TASK GOAL:
Only lines holding the word "Circle" are wanted. Copy them from the listing below.

INPUT:
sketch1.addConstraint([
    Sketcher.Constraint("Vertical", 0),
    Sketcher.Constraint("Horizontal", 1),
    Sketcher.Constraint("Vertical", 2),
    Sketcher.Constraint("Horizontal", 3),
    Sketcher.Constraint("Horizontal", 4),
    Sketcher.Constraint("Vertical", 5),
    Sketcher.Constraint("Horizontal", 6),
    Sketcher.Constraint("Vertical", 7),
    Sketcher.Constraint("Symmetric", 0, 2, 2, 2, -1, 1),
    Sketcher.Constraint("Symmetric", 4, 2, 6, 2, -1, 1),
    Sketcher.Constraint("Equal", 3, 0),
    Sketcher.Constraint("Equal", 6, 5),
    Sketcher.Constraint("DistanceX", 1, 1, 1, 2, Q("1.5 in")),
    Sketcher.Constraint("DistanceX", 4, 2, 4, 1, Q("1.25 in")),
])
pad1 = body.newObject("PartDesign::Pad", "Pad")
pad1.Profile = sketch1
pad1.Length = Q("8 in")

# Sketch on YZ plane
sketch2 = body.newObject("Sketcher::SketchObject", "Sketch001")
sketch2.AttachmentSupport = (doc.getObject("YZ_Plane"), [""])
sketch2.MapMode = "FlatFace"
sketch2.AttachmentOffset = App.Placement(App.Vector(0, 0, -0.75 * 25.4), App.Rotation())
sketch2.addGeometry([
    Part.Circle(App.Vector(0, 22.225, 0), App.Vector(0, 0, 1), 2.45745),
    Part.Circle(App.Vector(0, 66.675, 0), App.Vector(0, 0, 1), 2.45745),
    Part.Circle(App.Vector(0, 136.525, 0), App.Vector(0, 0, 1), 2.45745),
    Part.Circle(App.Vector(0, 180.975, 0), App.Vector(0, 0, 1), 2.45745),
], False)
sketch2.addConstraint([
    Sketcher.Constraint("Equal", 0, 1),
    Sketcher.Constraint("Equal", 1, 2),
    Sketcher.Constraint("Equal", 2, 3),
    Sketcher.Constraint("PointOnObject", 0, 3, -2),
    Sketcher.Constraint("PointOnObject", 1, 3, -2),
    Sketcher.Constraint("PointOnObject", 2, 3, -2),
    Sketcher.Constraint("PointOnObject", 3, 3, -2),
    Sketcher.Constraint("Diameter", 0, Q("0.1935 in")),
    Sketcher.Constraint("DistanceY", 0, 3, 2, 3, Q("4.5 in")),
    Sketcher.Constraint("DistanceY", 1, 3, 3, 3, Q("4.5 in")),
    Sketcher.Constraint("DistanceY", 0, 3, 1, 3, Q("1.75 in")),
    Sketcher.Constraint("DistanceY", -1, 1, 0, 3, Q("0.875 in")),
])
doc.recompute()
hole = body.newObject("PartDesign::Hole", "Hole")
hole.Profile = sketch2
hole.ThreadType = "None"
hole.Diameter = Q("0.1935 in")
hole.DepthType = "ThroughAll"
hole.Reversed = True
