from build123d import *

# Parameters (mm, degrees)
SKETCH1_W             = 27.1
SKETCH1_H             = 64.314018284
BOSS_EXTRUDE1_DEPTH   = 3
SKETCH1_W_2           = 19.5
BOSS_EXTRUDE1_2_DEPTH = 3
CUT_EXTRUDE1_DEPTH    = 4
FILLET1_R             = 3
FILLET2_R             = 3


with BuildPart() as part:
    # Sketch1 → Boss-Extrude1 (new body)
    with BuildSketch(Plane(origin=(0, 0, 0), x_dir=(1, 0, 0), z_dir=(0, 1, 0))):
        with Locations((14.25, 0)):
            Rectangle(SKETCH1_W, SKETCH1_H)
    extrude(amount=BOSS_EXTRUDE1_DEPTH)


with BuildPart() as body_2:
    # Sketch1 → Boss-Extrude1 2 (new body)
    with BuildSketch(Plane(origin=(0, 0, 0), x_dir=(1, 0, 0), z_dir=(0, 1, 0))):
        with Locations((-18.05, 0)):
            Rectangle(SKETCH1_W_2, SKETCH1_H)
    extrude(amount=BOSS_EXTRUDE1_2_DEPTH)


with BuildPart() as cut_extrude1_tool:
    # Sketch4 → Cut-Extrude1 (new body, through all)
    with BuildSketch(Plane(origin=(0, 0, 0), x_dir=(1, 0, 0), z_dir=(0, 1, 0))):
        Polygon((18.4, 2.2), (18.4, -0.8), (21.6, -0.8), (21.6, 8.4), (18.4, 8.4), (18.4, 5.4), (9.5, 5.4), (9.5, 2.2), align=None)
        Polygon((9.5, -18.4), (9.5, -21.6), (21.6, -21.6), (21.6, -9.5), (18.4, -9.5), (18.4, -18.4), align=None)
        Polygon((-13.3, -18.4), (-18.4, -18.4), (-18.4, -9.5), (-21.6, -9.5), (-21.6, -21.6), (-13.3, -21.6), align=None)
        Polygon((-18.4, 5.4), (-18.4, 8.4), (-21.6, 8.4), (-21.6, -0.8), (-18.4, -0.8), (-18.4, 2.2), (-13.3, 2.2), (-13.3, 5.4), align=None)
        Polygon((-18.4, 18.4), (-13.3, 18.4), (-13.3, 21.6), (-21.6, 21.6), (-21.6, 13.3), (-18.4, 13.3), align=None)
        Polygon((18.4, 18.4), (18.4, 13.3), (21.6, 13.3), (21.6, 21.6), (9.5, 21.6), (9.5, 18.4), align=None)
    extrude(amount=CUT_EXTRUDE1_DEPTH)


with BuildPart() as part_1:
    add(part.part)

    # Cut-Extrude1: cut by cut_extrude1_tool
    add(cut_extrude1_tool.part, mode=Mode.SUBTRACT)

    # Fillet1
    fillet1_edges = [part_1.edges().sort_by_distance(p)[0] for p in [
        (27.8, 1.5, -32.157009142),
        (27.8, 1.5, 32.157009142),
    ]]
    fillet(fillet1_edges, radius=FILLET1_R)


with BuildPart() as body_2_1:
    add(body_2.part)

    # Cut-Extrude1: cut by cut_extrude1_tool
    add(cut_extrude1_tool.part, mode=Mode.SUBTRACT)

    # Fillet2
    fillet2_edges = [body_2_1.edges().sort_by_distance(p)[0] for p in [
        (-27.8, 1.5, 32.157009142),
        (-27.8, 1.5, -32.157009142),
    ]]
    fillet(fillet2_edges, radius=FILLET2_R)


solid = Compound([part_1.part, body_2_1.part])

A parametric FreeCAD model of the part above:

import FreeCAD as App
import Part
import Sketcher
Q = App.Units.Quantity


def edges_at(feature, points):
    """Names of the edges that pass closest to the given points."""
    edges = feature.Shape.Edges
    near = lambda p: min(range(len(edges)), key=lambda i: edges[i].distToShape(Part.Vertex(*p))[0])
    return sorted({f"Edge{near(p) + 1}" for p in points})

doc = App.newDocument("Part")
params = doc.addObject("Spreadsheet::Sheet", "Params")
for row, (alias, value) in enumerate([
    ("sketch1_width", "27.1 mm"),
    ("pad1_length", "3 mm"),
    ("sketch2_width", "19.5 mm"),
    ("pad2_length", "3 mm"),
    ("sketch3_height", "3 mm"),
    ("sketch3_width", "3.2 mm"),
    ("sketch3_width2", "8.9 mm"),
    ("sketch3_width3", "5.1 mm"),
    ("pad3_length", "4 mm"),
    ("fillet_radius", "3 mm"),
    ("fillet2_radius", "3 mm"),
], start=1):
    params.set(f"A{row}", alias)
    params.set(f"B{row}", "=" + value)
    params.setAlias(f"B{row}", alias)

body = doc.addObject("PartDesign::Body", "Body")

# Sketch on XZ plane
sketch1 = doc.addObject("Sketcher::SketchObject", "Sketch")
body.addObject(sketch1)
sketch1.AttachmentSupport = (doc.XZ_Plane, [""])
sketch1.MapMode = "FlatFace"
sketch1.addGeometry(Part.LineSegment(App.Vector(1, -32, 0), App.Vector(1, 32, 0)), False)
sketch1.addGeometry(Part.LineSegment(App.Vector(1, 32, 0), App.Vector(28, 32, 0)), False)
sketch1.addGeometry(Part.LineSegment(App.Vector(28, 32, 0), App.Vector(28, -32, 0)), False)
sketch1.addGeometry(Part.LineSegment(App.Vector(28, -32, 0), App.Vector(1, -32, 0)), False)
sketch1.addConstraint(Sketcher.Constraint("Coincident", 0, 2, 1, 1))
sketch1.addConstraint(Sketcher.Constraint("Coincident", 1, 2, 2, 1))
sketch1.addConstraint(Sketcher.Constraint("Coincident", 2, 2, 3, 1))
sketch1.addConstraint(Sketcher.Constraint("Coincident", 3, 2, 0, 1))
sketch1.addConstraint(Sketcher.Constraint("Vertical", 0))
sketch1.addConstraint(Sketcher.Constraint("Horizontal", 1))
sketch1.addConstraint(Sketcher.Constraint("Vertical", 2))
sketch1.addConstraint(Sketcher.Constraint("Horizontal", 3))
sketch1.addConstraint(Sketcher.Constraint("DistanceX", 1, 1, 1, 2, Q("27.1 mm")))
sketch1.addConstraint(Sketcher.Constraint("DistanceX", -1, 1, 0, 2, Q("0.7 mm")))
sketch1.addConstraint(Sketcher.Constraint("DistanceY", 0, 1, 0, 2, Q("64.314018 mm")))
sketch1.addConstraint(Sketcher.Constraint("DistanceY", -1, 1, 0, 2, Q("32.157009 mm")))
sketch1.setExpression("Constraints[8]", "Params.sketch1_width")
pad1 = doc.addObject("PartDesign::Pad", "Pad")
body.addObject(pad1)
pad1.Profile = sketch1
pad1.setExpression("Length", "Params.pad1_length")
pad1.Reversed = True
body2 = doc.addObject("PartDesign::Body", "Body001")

ANSWER TO THE PROBLEM:
    Part.Circle(App.Vector(0, 22.225, 0), App.Vector(0, 0, 1), 2.45745),
    Part.Circle(App.Vector(0, 66.675, 0), App.Vector(0, 0, 1), 2.45745),
    Part.Circle(App.Vector(0, 136.525, 0), App.Vector(0, 0, 1), 2.45745),
    Part.Circle(App.Vector(0, 180.975, 0), App.Vector(0, 0, 1), 2.45745),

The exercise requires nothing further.